#### [Exercise goal]
Retype exactly the lines below, beginning with the first and ending with the line where "v 115 -272 -91.395" appears.

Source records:
-----

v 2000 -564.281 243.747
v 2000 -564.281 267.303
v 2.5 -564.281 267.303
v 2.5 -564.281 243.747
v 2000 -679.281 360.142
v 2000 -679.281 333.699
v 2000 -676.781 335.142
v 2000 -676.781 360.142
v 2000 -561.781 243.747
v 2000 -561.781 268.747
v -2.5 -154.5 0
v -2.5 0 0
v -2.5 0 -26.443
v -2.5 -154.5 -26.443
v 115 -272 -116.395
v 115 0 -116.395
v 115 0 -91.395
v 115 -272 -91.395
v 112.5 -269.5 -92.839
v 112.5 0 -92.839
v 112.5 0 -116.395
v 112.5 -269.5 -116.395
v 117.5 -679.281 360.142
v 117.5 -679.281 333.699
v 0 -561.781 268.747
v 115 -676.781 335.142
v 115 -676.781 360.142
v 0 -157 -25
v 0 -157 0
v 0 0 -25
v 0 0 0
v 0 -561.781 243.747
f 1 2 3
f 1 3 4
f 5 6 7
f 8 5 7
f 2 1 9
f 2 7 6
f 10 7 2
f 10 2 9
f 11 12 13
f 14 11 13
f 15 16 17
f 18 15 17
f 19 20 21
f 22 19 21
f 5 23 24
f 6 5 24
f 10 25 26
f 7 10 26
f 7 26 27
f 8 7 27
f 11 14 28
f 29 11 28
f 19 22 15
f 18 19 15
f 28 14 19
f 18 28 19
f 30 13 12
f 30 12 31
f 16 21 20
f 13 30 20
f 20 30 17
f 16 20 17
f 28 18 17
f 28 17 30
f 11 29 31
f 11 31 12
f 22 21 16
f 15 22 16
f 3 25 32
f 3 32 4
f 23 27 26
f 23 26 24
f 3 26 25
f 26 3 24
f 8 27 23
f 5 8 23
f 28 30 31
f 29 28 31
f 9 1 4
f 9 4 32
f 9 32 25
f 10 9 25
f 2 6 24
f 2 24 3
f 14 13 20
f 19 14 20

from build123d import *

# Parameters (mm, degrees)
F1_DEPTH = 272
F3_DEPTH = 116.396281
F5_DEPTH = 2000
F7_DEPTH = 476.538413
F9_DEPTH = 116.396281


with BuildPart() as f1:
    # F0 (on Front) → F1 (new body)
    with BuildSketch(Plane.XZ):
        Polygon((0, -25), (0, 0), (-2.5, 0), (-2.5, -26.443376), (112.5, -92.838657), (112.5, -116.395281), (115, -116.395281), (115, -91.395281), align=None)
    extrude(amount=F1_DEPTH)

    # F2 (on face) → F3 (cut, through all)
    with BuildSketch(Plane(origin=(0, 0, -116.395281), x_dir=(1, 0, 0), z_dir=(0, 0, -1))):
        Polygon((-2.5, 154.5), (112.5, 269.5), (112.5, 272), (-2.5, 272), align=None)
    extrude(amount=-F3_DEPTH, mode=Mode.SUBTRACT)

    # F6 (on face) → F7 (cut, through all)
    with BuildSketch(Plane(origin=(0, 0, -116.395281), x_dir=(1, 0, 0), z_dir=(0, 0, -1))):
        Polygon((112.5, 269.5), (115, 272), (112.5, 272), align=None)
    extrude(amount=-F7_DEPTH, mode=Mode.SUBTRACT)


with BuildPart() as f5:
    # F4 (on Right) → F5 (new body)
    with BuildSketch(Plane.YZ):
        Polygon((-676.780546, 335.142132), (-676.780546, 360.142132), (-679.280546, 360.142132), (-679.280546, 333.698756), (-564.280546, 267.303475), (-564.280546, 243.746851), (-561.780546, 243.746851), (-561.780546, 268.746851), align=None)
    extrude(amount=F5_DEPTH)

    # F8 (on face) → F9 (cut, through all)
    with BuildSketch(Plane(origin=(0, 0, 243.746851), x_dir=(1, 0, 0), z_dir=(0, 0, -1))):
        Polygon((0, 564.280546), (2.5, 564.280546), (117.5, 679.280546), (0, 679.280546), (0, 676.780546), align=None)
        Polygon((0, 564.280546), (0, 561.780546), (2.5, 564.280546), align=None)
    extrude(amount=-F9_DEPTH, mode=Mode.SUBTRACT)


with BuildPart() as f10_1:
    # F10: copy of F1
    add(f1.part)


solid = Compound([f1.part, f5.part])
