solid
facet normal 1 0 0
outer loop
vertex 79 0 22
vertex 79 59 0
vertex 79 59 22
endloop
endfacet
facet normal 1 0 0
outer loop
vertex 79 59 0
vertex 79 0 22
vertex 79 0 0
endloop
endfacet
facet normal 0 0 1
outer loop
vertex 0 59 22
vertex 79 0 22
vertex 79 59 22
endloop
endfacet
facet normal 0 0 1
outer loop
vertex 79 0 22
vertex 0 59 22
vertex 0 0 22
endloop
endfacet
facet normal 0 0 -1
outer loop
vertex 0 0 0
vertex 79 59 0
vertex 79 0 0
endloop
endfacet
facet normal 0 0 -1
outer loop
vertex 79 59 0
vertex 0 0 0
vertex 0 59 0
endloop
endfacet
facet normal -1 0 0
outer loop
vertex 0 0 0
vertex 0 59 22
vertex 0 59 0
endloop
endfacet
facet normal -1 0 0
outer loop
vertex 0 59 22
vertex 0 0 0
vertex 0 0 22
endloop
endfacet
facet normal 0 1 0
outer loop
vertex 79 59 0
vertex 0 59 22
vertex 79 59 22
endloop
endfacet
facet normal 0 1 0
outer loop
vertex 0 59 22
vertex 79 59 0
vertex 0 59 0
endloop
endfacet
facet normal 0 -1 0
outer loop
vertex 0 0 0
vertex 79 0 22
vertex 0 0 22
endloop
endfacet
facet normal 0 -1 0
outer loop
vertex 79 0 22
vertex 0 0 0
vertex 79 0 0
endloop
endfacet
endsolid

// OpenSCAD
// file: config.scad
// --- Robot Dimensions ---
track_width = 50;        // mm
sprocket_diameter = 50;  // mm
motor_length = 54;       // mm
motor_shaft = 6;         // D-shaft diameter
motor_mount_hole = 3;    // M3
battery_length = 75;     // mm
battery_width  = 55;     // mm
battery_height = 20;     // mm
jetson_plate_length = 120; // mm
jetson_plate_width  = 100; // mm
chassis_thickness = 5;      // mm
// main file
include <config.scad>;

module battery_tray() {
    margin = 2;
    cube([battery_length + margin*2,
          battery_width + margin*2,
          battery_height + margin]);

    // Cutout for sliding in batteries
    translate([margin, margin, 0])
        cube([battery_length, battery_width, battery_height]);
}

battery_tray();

-----

#### [Worked solution]
v 2000 -564.281 243.747
v 2000 -564.281 267.303
v 2.5 -564.281 267.303
v 2.5 -564.281 243.747
v 2000 -679.281 360.142
v 2000 -679.281 333.699
v 2000 -676.781 335.142
v 2000 -676.781 360.142
v 2000 -561.781 243.747
v 2000 -561.781 268.747
v -2.5 -154.5 0
v -2.5 0 0
v -2.5 0 -26.443
v -2.5 -154.5 -26.443
v 115 -272 -116.395
v 115 0 -116.395
v 115 0 -91.395
v 115 -272 -91.395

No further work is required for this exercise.